Once upon a time there were three beautiful children well at least two of them were beautiful.. there was amazing Harry, pretty Ron, and uh..hermione.. =] poor hermione hadn't blossomed yet.
**Hermione:"Hey that is so biased just because you don't like me doesn't mean you can do that!"
Me: "Do what?"
Hermione: "Make boys hit puberty before girls."
Me: "My story my rules"
Harry: "Ha-ha"
Ron: "We're hot you're not!"
Hermione: "Oh button it."
Me: "Back to the story my dears" **
These three phenomenal children.®
**Hermione: "We are not children we are adolescents"
Me: fine..*
These three phenomenal adolescents had a remarkable future ahead of them but this is not about their incredible futures, it's about my fucked up mind wanting to have many faggy pairings ANYWAY as you all know Harry Potter by himself had an unusual life, once you throw in an intelligent girl and a red-headed guy
your life becomes pretty great. Hey just having Ron as a friend would make your life way different. ANYWAY...
*Hermione: "So when exactly are you going to get to the point?"
Me: The second you shut the hell up.
Harry & Ron: "Ha-ha."**
The three were in the library, Ron was off trying to find a book about becoming more "buff"
"Uhm, Hermione..if I tell you something would you say anything to anyone?" uttered a terrified Harry
"Harry I promise you I will not tell a single soul." said an assuring Hermione.

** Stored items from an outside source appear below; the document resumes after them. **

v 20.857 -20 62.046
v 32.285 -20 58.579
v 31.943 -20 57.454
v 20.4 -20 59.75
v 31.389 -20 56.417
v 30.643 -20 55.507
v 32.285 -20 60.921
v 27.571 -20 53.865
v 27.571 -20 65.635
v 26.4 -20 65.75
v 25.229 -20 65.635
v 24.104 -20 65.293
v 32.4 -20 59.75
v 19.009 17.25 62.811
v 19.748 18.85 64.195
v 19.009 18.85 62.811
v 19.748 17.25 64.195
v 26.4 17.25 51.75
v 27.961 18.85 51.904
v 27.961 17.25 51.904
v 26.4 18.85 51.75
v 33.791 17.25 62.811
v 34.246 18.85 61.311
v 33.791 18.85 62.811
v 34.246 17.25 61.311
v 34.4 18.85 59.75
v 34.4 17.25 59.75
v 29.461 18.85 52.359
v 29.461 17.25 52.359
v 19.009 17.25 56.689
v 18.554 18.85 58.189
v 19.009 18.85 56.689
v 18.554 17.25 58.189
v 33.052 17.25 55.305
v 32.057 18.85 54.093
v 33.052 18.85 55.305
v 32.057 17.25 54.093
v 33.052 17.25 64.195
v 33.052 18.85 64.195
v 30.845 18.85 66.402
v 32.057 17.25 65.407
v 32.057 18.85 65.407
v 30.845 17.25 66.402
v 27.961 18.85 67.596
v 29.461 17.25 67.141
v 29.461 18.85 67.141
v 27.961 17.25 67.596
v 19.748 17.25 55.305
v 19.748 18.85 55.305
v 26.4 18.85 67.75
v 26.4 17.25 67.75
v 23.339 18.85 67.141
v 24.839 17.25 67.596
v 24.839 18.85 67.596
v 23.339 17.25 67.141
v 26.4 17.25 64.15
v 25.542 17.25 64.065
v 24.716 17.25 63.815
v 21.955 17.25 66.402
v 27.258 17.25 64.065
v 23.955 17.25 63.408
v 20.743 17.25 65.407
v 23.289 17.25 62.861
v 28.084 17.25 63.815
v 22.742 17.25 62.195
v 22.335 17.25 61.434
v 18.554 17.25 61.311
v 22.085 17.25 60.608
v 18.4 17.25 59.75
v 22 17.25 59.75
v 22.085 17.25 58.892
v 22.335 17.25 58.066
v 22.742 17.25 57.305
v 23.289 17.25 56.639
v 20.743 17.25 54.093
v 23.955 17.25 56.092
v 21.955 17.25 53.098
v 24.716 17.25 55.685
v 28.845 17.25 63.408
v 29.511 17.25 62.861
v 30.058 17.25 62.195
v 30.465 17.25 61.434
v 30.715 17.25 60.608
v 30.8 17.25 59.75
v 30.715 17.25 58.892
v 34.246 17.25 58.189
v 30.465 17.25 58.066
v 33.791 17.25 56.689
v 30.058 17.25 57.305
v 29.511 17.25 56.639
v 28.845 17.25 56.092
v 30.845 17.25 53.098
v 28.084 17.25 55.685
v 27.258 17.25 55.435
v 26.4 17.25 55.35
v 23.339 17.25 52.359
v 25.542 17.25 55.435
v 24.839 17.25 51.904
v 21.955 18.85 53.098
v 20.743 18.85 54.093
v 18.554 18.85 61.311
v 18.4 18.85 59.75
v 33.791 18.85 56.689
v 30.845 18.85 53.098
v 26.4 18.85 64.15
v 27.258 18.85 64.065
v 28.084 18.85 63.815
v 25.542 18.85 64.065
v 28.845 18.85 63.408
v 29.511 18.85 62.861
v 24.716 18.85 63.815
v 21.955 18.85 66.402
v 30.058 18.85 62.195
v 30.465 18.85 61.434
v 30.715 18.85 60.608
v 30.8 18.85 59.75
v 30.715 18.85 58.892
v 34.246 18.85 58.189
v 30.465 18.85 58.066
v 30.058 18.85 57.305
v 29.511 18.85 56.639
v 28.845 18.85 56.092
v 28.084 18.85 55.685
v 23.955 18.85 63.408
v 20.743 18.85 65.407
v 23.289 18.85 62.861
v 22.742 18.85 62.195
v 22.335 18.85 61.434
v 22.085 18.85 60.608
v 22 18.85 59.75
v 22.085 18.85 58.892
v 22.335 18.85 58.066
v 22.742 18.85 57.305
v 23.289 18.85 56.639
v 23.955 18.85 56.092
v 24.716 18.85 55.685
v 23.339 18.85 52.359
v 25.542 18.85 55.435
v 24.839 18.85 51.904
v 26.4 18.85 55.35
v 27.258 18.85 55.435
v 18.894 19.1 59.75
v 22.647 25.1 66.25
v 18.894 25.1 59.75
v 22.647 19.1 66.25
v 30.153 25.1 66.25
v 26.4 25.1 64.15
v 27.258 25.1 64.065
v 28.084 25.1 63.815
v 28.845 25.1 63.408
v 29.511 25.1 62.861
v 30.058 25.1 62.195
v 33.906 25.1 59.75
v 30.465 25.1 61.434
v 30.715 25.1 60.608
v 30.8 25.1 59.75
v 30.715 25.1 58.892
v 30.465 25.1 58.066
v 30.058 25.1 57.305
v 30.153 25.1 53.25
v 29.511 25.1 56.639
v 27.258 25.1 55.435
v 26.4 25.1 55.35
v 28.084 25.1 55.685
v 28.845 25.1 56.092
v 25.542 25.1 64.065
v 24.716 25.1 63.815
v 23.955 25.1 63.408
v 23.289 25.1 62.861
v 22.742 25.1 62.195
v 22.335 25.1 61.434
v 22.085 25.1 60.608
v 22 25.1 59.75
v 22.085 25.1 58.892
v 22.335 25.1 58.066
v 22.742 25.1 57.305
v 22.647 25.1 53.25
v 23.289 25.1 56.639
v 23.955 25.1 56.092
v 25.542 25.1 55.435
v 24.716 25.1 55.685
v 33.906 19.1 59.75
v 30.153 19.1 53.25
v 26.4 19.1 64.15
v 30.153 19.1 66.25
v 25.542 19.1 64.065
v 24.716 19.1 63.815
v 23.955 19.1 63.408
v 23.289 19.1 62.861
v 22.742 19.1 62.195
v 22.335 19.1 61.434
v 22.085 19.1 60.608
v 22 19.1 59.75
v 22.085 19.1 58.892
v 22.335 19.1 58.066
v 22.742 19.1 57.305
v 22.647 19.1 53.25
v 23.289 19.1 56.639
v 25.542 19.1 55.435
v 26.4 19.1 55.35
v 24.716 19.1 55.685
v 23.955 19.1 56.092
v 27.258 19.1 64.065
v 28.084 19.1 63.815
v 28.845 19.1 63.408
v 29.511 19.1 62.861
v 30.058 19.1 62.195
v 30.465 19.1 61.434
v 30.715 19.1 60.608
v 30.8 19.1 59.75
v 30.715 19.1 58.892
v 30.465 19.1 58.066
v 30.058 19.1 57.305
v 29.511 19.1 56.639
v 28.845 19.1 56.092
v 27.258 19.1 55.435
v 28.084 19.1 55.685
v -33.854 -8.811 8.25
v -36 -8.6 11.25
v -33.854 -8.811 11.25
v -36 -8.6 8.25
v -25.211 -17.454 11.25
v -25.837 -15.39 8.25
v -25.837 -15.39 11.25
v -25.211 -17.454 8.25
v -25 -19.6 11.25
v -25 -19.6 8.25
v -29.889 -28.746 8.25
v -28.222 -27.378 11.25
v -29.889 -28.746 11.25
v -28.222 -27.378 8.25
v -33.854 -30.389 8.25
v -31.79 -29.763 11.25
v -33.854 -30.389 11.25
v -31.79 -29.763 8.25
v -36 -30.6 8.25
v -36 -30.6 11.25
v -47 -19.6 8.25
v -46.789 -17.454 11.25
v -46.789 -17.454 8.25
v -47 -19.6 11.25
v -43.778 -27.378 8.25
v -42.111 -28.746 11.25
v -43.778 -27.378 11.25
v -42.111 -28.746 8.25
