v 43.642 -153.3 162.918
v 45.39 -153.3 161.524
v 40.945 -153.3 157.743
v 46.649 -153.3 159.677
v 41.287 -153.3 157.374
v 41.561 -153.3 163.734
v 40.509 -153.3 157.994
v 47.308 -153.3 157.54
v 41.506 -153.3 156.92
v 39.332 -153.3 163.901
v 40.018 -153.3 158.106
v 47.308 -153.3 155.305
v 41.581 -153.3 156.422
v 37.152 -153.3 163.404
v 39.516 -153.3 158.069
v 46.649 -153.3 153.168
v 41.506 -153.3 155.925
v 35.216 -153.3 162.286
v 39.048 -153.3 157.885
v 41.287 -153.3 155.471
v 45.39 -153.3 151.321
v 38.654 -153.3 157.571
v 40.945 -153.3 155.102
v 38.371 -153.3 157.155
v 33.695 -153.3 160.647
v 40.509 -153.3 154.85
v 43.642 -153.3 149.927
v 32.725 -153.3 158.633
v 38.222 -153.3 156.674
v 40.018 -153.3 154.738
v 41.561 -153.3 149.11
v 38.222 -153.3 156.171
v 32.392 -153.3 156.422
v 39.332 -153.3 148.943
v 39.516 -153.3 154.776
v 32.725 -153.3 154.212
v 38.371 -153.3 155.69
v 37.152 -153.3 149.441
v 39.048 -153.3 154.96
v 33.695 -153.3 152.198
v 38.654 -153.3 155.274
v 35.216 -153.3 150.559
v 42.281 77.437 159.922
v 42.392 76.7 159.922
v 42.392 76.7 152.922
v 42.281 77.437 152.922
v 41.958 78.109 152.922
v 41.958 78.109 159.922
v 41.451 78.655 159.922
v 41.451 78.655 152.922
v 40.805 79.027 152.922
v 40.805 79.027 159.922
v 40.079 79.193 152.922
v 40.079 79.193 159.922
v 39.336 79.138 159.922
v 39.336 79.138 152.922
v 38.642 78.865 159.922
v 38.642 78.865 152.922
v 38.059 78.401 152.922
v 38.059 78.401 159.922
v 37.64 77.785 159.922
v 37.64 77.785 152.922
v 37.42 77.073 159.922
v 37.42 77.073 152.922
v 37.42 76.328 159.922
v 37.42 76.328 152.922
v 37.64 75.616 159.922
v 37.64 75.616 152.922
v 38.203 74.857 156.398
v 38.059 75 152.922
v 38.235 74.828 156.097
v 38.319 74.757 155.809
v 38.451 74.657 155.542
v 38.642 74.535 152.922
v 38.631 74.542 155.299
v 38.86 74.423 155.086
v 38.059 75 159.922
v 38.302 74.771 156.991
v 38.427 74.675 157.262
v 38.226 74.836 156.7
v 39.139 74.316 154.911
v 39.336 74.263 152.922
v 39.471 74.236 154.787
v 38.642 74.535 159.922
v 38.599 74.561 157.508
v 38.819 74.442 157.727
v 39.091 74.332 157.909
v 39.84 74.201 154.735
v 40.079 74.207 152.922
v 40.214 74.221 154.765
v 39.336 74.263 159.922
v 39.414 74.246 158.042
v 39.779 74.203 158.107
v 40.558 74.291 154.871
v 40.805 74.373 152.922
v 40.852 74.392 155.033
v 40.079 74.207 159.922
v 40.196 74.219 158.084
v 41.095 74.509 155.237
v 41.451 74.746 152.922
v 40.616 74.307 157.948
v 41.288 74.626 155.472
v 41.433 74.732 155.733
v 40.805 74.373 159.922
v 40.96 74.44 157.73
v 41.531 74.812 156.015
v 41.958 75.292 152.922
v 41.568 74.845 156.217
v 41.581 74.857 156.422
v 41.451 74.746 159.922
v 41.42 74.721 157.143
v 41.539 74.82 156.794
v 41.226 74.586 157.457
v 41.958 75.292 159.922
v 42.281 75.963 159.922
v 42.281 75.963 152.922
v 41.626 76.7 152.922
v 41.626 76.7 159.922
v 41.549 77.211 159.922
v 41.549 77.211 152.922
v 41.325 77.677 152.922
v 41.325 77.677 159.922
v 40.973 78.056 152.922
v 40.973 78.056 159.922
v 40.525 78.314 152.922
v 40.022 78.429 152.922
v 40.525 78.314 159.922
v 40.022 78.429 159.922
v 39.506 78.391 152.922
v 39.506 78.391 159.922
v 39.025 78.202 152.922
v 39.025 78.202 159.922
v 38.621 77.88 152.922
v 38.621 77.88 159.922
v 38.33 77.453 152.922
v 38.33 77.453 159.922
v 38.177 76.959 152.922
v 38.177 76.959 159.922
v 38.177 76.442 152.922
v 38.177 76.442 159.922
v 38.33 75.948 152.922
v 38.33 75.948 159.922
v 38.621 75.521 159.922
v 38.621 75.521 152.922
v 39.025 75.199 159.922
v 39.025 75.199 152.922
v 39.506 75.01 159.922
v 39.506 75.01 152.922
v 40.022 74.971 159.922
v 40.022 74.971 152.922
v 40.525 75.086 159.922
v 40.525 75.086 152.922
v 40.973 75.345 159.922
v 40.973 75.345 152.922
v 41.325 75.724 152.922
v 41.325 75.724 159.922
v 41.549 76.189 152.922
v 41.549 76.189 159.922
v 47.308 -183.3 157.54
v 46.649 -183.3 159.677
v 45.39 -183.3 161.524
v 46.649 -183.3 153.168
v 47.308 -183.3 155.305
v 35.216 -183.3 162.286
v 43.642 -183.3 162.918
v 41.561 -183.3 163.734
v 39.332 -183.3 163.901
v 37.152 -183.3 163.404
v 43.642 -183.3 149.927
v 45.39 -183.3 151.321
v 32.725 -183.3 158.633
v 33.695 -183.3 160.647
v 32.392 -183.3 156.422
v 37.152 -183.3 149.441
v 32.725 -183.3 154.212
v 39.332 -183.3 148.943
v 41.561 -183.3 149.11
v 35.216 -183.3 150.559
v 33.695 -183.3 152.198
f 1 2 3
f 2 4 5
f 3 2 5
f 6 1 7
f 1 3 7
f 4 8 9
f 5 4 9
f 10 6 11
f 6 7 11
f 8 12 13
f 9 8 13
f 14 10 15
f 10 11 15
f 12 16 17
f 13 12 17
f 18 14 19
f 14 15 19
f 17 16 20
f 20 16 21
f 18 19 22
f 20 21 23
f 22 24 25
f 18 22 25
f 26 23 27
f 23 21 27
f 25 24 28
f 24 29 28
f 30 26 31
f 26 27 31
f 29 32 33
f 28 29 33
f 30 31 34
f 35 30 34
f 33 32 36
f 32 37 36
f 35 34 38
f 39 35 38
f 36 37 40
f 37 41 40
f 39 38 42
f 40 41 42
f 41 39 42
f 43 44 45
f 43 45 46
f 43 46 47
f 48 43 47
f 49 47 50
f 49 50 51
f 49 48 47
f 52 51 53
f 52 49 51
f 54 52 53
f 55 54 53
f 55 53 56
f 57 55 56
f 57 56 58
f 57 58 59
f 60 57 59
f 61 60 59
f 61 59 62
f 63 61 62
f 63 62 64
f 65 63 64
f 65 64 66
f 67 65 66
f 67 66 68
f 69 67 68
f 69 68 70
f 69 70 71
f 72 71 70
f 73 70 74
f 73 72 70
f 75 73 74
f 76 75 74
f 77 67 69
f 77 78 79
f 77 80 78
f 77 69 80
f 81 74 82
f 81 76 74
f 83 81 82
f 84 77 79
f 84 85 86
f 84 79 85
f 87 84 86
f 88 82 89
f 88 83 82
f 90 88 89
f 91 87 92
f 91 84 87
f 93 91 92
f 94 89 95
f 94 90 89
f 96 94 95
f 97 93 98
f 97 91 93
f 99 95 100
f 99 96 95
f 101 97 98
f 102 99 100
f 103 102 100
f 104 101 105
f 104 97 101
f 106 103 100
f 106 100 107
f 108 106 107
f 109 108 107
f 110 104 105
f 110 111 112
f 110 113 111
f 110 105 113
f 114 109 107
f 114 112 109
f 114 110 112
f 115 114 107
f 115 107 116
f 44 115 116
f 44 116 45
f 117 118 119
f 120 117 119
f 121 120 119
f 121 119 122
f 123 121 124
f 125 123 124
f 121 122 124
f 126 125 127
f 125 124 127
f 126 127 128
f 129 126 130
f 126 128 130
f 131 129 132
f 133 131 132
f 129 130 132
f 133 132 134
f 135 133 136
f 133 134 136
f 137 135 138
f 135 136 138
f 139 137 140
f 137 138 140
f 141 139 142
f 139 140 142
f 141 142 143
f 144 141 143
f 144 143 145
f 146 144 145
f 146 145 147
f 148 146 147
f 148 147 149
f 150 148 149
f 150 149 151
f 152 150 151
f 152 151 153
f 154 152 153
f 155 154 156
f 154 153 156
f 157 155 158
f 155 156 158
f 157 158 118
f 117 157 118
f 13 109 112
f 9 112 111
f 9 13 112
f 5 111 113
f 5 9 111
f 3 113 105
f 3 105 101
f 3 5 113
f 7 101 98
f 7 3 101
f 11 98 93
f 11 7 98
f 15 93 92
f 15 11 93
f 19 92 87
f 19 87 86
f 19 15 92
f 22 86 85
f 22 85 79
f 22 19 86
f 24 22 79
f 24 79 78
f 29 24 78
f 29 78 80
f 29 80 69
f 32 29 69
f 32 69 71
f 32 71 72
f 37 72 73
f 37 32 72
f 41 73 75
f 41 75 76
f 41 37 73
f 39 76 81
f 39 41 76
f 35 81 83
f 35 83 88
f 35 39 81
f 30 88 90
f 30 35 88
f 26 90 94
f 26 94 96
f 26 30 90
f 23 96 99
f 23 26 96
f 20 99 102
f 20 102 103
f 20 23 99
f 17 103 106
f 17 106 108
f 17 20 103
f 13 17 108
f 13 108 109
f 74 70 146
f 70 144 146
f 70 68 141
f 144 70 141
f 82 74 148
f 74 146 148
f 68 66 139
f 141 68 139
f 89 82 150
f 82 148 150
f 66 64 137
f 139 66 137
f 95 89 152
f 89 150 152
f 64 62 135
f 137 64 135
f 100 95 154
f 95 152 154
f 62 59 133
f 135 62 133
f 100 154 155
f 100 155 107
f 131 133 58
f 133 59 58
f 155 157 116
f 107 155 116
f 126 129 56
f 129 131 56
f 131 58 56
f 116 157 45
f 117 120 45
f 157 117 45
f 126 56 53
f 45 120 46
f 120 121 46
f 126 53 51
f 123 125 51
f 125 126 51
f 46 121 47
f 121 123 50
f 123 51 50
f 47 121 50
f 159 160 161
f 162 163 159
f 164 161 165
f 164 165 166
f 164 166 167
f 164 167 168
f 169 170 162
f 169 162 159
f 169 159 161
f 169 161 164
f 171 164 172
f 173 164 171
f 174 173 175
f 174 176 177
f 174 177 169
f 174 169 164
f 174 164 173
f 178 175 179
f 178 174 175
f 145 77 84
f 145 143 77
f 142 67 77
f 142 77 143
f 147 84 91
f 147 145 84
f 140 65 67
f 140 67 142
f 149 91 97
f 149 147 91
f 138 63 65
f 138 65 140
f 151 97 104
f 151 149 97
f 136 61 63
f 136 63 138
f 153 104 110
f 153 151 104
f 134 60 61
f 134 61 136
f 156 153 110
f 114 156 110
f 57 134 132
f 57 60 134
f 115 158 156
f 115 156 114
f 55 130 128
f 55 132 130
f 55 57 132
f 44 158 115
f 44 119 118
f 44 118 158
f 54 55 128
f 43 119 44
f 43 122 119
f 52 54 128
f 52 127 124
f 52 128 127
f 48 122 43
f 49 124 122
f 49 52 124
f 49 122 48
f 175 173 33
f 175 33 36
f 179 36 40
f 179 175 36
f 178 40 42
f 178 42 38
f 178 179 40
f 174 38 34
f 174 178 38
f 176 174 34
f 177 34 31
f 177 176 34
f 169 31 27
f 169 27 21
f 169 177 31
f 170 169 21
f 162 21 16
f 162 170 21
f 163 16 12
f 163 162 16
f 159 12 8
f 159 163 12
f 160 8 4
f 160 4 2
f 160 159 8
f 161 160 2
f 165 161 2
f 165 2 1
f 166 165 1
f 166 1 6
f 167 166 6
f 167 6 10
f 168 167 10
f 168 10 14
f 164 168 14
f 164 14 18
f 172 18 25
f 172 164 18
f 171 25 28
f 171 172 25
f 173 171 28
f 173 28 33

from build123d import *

# Parameters (mm, degrees)
BOSS_EXTRUDE1_START      = -7
SKETCH1_R                = 2.5
SKETCH1_R_2              = 1.733910687
BOSS_EXTRUDE1_DEPTH      = 7
SKETCH2_R                = 1.688720836
BOSS_EXTRUDE2_DEPTH      = 200
BOSS_EXTRUDE2_DEPTH_BACK = 38.25
BOSS_EXTRUDE3_START      = 20
SKETCH3_R                = 7.5
BOSS_EXTRUDE3_DEPTH      = 30


with BuildPart() as part:
    # Sketch1 → Boss-Extrude1 (new body)
    with BuildSketch(Plane.XY.offset(166.922438479).offset(BOSS_EXTRUDE1_START)):
        with Locations((39.892028068, 76.700259913)):
            Circle(SKETCH1_R)
        with Locations((39.892028068, 76.700259913)):
            Circle(SKETCH1_R_2, mode=Mode.SUBTRACT)
    extrude(amount=-BOSS_EXTRUDE1_DEPTH)

    # Sketch2 → Boss-Extrude2 (add, two sides)
    with BuildSketch(Plane.XZ.offset(-36.700259913)) as boss_extrude2_sk:
        with Locations((39.892028068, 156.422438479)):
            Circle(SKETCH2_R)
    extrude(amount=BOSS_EXTRUDE2_DEPTH)
    extrude(boss_extrude2_sk.sketch, amount=-BOSS_EXTRUDE2_DEPTH_BACK)

    # Sketch3 → Boss-Extrude3 (add)
    with BuildSketch(Plane(origin=(0, -163.299740087, 0), x_dir=(-1, 0, 0), z_dir=(0, -1, 0)).offset(BOSS_EXTRUDE3_START)):
        with Locations((-39.892028068, -156.422438479)):
            Circle(SKETCH3_R)
    extrude(amount=-BOSS_EXTRUDE3_DEPTH)


solid = part.part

"Well see, I've..well..uhm.." uttered Harry
"Oh what are you so scared of?"
"Well, Hermione.."
**Hermione: OH MY GOD HE IS SO GOING TO TELL ME HE LIKES ME!
Harry: No.
Ron: Wow, I thought you were smart Hermione.
Me:Will you please shut it?**
"Well, Hermione I like someone, but well it's someone that you wouldn't expect"
"draco."
*Ron: I guess you are smart Hermione**
"what the fuck? no no no.
let me word it differently.
Hermione I like well..um...hermione I think I like boys.
*Ghost of James fucking Potter: no. MY SON IS GAY?! NO. NO. NO.
Ghost of Lilly: Oh get over it.
James: Well, I really hope he knows what he's doing.**
"HAHAHHAHAHAHAHA" Hermione laughed but she was really dying inside.
"and I've been well "playing" with someone"
And the more Harry kept talking the more Hermione died inside poor poor thing. well soon she gets over it and screws Ron so it's all good.
"and well I think I might have an STD"
"STI" Ron said
"They changed it from Sexually Transmitted Disease to Sexually Transmitted Infection." Ron informed them.
"Who is they exactly?" asked harry
"The american government I guess, they changed it when Bush was president." answered Ron
"what the hell?" said a very discombobulated Hermione.
"Anyway, Harry it's no problem I've read about everyone of the STI's and i our amazing magical community we can cure any one of them. Well, besides AID's. All we need to do is figure out what STI you have."
"Alright, how do we do that?" asked Harry
"You go to the Hospital wing of course" replied Hermione.
"Well, let us skedaddle before anyone ends up in the hospital wing from some abnormal spell Malfoy has cast on them."
"uhm ok.."
The Trio pranced to the Hospital wing.